→ **Brief**: Start with the first line of the material. Repeat each line exactly through the one that contains "e24 v18 v21 LINE".

→ **Extracted records**:
>>

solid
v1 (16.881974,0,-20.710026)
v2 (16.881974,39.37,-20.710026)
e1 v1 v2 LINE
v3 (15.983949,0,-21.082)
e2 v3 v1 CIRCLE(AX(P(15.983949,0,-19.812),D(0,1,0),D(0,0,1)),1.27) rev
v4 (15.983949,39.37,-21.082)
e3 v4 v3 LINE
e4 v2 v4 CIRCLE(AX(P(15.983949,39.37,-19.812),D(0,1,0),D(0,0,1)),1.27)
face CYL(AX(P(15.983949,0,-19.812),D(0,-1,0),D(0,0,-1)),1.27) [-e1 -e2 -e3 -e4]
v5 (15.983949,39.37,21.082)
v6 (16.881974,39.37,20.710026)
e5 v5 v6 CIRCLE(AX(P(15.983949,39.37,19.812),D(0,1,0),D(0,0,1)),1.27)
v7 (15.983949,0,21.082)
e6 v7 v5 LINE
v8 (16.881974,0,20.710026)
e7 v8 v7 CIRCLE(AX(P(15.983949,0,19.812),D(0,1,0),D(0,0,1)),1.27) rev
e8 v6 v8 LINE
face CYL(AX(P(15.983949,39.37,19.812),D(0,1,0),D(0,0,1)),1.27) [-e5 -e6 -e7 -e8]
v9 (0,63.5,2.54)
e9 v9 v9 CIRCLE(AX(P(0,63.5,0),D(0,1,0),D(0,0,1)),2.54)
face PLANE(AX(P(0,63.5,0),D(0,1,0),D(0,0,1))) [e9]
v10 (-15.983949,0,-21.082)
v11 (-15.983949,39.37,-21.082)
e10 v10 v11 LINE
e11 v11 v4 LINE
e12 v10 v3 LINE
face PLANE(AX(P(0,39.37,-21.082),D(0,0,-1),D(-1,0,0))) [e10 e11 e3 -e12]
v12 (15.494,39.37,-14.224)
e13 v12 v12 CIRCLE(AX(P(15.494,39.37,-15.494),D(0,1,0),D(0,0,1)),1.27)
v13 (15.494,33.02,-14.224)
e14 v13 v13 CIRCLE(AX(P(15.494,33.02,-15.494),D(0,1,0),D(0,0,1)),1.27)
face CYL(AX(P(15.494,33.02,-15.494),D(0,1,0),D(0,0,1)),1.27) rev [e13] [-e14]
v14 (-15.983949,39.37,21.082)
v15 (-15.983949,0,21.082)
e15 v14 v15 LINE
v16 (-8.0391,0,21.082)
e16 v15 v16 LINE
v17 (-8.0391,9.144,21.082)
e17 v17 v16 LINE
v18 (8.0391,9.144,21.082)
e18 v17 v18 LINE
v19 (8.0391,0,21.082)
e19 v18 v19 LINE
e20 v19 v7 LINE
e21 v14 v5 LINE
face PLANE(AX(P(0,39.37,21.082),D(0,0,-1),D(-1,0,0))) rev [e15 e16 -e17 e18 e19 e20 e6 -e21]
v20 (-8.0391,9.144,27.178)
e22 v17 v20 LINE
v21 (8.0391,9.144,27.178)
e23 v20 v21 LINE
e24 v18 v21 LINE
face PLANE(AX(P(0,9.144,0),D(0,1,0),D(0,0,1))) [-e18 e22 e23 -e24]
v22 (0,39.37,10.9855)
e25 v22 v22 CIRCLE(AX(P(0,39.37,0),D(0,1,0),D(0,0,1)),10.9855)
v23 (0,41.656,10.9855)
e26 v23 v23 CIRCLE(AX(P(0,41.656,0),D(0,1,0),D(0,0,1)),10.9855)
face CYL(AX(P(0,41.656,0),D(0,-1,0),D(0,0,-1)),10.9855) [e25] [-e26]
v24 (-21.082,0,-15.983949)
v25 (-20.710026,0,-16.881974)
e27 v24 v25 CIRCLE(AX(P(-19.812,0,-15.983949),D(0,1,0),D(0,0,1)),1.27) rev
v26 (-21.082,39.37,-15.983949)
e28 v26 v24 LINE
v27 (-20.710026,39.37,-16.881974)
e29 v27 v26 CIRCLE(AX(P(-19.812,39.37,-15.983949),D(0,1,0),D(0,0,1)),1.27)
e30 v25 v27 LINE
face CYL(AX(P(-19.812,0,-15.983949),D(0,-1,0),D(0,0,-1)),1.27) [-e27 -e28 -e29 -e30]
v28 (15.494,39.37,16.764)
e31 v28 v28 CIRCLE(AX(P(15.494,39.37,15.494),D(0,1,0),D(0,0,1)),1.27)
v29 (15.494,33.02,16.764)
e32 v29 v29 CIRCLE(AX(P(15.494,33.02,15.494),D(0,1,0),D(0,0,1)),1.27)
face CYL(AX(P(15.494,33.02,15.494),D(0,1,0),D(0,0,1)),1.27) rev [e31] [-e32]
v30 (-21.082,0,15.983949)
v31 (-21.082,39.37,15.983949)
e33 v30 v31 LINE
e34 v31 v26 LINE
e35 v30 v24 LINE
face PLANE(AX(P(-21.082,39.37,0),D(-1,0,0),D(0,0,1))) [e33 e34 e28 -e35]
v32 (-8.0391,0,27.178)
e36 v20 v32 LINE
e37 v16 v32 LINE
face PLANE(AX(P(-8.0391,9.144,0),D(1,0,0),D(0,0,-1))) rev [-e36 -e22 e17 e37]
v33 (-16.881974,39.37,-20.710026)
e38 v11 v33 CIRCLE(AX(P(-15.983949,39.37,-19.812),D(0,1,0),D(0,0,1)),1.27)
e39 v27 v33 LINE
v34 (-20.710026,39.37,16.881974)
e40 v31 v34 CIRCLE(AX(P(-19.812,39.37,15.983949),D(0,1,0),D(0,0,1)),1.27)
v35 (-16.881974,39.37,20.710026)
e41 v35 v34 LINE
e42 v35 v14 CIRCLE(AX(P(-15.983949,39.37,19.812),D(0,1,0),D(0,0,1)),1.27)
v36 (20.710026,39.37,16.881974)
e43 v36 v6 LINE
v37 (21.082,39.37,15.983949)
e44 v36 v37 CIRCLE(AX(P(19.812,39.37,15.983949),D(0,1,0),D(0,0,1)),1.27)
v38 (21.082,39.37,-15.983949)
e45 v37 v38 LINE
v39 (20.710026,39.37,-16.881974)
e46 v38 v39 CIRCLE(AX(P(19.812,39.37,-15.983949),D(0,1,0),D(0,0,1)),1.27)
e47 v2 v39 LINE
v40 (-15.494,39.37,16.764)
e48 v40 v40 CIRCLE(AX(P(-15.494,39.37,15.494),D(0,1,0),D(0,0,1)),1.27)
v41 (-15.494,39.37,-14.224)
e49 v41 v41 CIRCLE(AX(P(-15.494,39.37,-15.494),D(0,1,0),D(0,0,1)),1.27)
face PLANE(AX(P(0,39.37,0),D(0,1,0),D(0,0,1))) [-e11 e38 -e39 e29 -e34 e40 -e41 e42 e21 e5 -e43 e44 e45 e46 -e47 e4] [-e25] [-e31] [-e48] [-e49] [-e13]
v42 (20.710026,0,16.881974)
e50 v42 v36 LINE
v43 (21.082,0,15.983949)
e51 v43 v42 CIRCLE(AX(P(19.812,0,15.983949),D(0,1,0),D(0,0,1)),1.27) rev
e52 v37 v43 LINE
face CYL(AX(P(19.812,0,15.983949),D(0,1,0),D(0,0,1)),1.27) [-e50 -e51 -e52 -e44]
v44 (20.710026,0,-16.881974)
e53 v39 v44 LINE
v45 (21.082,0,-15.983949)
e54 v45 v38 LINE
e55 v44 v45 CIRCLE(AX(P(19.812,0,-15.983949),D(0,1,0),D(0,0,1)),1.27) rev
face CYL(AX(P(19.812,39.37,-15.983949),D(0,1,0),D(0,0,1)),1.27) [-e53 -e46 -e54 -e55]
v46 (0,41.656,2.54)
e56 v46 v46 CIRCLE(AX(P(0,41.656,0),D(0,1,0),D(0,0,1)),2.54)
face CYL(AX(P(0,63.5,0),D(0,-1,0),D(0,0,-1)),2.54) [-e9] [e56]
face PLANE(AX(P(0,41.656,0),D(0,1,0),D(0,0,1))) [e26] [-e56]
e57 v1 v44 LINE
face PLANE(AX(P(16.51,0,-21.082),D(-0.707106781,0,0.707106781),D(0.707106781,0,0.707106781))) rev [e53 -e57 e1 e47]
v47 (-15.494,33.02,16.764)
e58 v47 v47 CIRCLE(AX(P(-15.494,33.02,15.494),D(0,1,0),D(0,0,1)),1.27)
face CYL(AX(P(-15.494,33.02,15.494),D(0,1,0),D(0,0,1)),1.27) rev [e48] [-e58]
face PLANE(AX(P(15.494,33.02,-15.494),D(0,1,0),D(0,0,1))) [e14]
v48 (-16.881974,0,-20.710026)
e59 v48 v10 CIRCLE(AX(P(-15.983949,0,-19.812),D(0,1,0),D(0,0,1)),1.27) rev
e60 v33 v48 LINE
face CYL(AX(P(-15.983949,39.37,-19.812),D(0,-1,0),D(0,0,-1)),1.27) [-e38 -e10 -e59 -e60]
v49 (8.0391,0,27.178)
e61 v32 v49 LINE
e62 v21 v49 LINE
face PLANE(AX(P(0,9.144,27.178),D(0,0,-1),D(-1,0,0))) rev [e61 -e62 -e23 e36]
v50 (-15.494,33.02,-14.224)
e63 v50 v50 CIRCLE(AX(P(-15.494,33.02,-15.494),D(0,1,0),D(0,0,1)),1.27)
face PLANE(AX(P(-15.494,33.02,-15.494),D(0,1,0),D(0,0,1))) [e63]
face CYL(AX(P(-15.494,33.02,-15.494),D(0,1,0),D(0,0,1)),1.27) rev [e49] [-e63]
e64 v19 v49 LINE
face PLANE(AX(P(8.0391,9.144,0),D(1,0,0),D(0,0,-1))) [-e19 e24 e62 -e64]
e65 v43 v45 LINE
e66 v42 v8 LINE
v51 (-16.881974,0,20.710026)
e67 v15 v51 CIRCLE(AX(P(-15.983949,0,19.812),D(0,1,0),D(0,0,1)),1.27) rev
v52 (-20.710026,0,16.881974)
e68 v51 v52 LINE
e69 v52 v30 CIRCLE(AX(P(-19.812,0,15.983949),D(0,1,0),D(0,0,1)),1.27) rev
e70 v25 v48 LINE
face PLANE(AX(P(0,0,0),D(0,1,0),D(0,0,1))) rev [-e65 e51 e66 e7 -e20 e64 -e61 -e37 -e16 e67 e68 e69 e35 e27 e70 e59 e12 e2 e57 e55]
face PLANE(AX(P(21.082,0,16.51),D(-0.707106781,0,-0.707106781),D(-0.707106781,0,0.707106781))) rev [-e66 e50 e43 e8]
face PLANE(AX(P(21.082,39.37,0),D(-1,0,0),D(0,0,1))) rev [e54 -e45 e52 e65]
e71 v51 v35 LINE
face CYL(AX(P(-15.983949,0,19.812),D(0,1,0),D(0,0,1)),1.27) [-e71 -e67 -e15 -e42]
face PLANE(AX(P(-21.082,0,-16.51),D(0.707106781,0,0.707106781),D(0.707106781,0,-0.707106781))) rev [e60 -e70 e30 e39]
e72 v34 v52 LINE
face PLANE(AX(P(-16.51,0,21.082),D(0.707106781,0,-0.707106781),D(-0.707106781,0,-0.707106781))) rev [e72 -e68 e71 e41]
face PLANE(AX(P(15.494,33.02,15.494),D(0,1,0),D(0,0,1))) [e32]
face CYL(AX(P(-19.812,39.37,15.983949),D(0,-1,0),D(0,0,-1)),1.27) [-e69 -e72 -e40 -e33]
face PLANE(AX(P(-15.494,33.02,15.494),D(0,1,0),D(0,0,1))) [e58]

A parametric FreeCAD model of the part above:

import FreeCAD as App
import Part
import Sketcher
from FreeCAD import Vector
Q = App.Units.Quantity


def edges_at(feature, points):
    """Names of the edges that pass closest to the given points."""
    edges = feature.Shape.Edges
    near = lambda p: min(range(len(edges)), key=lambda i: edges[i].distToShape(Part.Vertex(*p))[0])
    return sorted({f"Edge{near(p) + 1}" for p in points})

doc = App.newDocument("Part")
body = doc.addObject("PartDesign::Body", "Body")

# Sketch on XZ plane
sketch1 = doc.addObject("Sketcher::SketchObject", "Sketch")
body.addObject(sketch1)
sketch1.AttachmentSupport = (doc.XZ_Plane, [""])
sketch1.MapMode = "FlatFace"
sketch1.addGeometry(Part.LineSegment(Vector(-21, -21, 0), Vector(-21, 21, 0)), False)
sketch1.addGeometry(Part.LineSegment(Vector(-21, 21, 0), Vector(21, 21, 0)), False)
sketch1.addGeometry(Part.LineSegment(Vector(21, 21, 0), Vector(21, -21, 0)), False)
sketch1.addGeometry(Part.LineSegment(Vector(21, -21, 0), Vector(-21, -21, 0)), False)
sketch1.addConstraint(Sketcher.Constraint("Coincident", 0, 2, 1, 1))
sketch1.addConstraint(Sketcher.Constraint("Coincident", 1, 2, 2, 1))
sketch1.addConstraint(Sketcher.Constraint("Coincident", 2, 2, 3, 1))
sketch1.addConstraint(Sketcher.Constraint("Coincident", 3, 2, 0, 1))
sketch1.addConstraint(Sketcher.Constraint("Vertical", 0))
sketch1.addConstraint(Sketcher.Constraint("Horizontal", 1))
sketch1.addConstraint(Sketcher.Constraint("Vertical", 2))
sketch1.addConstraint(Sketcher.Constraint("Horizontal", 3))
sketch1.addConstraint(Sketcher.Constraint("Symmetric", 0, 2, 2, 2, -1, 1))
sketch1.addConstraint(Sketcher.Constraint("Equal", 3, 0))
sketch1.addConstraint(Sketcher.Constraint("DistanceX", 1, 1, 1, 2, Q("1.66 in")))
pad1 = doc.addObject("PartDesign::Pad", "Pad")
body.addObject(pad1)
pad1.Profile = sketch1
pad1.Length = Q("1.55 in")
pad1.Reversed = True

# Sketch on XZ plane
sketch2 = doc.addObject("Sketcher::SketchObject", "Sketch001")
body.addObject(sketch2)
sketch2.AttachmentSupport = (doc.XZ_Plane, [""])
sketch2.MapMode = "FlatFace"
sketch2.addGeometry(Part.LineSegment(Vector(-8, 21, 0), Vector(-8, 27, 0)), False)
sketch2.addGeometry(Part.LineSegment(Vector(-8, 27, 0), Vector(8, 27, 0)), False)
sketch2.addGeometry(Part.LineSegment(Vector(8, 27, 0), Vector(8, 21, 0)), False)
sketch2.addGeometry(Part.LineSegment(Vector(8, 21, 0), Vector(-8, 21, 0)), False)
sketch2.addConstraint(Sketcher.Constraint("Coincident", 0, 2, 1, 1))
sketch2.addConstraint(Sketcher.Constraint("Coincident", 1, 2, 2, 1))
sketch2.addConstraint(Sketcher.Constraint("Coincident", 2, 2, 3, 1))
sketch2.addConstraint(Sketcher.Constraint("Coincident", 3, 2, 0, 1))
sketch2.addConstraint(Sketcher.Constraint("Vertical", 0))
sketch2.addConstraint(Sketcher.Constraint("Horizontal", 1))
sketch2.addConstraint(Sketcher.Constraint("Vertical", 2))
sketch2.addConstraint(Sketcher.Constraint("Horizontal", 3))
sketch2.addConstraint(Sketcher.Constraint("DistanceY", 0, 1, 0, 2, Q("0.24 in")))
sketch2.addConstraint(Sketcher.Constraint("DistanceX", 1, 1, 1, 2, Q("0.633 in")))
sketch2.addConstraint(Sketcher.Constraint("DistanceY", -1, 1, 0, 2, Q("1.07 in")))
sketch2.addConstraint(Sketcher.Constraint("DistanceX", 0, 2, -1, 1, Q("0.3165 in")))
pad2 = doc.addObject("PartDesign::Pad", "Pad001")
body.addObject(pad2)
pad2.Profile = sketch2
pad2.Length = Q("0.36 in")
pad2.Reversed = True

# Sketch on XZ plane
sketch3 = doc.addObject("Sketcher::SketchObject", "Sketch002")
body.addObject(sketch3)
sketch3.AttachmentSupport = (doc.XZ_Plane, [""])
sketch3.MapMode = "FlatFace"
sketch3.AttachmentOffset = App.Placement(Vector(0, 0, -1.55 * 25.4), App.Rotation())
sketch3.addGeometry(Part.Circle(Vector(0, 0, 0), Vector(0, 0, 1), 11), False)
sketch3.addConstraint(Sketcher.Constraint("Coincident", 0, 3, -1, 1))
sketch3.addConstraint(Sketcher.Constraint("Diameter", 0, Q("0.865 in")))
pad3 = doc.addObject("PartDesign::Pad", "Pad002")
body.addObject(pad3)
pad3.Profile = sketch3
pad3.Length = Q("0.09 in")
pad3.Reversed = True

# Sketch on XZ plane
sketch4 = doc.addObject("Sketcher::SketchObject", "Sketch003")
body.addObject(sketch4)
sketch4.AttachmentSupport = (doc.XZ_Plane, [""])
sketch4.MapMode = "FlatFace"
sketch4.AttachmentOffset = App.Placement(Vector(0, 0, -1.64 * 25.4), App.Rotation())
sketch4.addGeometry(Part.Circle(Vector(0, 0, 0), Vector(0, 0, 1), 2.5), False)
sketch4.addConstraint(Sketcher.Constraint("Coincident", 0, 3, -1, 1))
sketch4.addConstraint(Sketcher.Constraint("Diameter", 0, Q("0.2 in")))
pad4 = doc.addObject("PartDesign::Pad", "Pad003")
body.addObject(pad4)
pad4.Profile = sketch4
pad4.Length = Q("0.86 in")
pad4.Reversed = True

<<

→ **Written response**:
solid
v1 (16.881974,0,-20.710026)
v2 (16.881974,39.37,-20.710026)
e1 v1 v2 LINE
v3 (15.983949,0,-21.082)
e2 v3 v1 CIRCLE(AX(P(15.983949,0,-19.812),D(0,1,0),D(0,0,1)),1.27) rev
v4 (15.983949,39.37,-21.082)
e3 v4 v3 LINE
e4 v2 v4 CIRCLE(AX(P(15.983949,39.37,-19.812),D(0,1,0),D(0,0,1)),1.27)
face CYL(AX(P(15.983949,0,-19.812),D(0,-1,0),D(0,0,-1)),1.27) [-e1 -e2 -e3 -e4]
v5 (15.983949,39.37,21.082)
v6 (16.881974,39.37,20.710026)
e5 v5 v6 CIRCLE(AX(P(15.983949,39.37,19.812),D(0,1,0),D(0,0,1)),1.27)
v7 (15.983949,0,21.082)
e6 v7 v5 LINE
v8 (16.881974,0,20.710026)
e7 v8 v7 CIRCLE(AX(P(15.983949,0,19.812),D(0,1,0),D(0,0,1)),1.27) rev
e8 v6 v8 LINE
face CYL(AX(P(15.983949,39.37,19.812),D(0,1,0),D(0,0,1)),1.27) [-e5 -e6 -e7 -e8]
v9 (0,63.5,2.54)
e9 v9 v9 CIRCLE(AX(P(0,63.5,0),D(0,1,0),D(0,0,1)),2.54)
face PLANE(AX(P(0,63.5,0),D(0,1,0),D(0,0,1))) [e9]
v10 (-15.983949,0,-21.082)
v11 (-15.983949,39.37,-21.082)
e10 v10 v11 LINE
e11 v11 v4 LINE
e12 v10 v3 LINE
face PLANE(AX(P(0,39.37,-21.082),D(0,0,-1),D(-1,0,0))) [e10 e11 e3 -e12]
v12 (15.494,39.37,-14.224)
e13 v12 v12 CIRCLE(AX(P(15.494,39.37,-15.494),D(0,1,0),D(0,0,1)),1.27)
v13 (15.494,33.02,-14.224)
e14 v13 v13 CIRCLE(AX(P(15.494,33.02,-15.494),D(0,1,0),D(0,0,1)),1.27)
face CYL(AX(P(15.494,33.02,-15.494),D(0,1,0),D(0,0,1)),1.27) rev [e13] [-e14]
v14 (-15.983949,39.37,21.082)
v15 (-15.983949,0,21.082)
e15 v14 v15 LINE
v16 (-8.0391,0,21.082)
e16 v15 v16 LINE
v17 (-8.0391,9.144,21.082)
e17 v17 v16 LINE
v18 (8.0391,9.144,21.082)
e18 v17 v18 LINE
v19 (8.0391,0,21.082)
e19 v18 v19 LINE
e20 v19 v7 LINE
e21 v14 v5 LINE
face PLANE(AX(P(0,39.37,21.082),D(0,0,-1),D(-1,0,0))) rev [e15 e16 -e17 e18 e19 e20 e6 -e21]
v20 (-8.0391,9.144,27.178)
e22 v17 v20 LINE
v21 (8.0391,9.144,27.178)
e23 v20 v21 LINE
e24 v18 v21 LINE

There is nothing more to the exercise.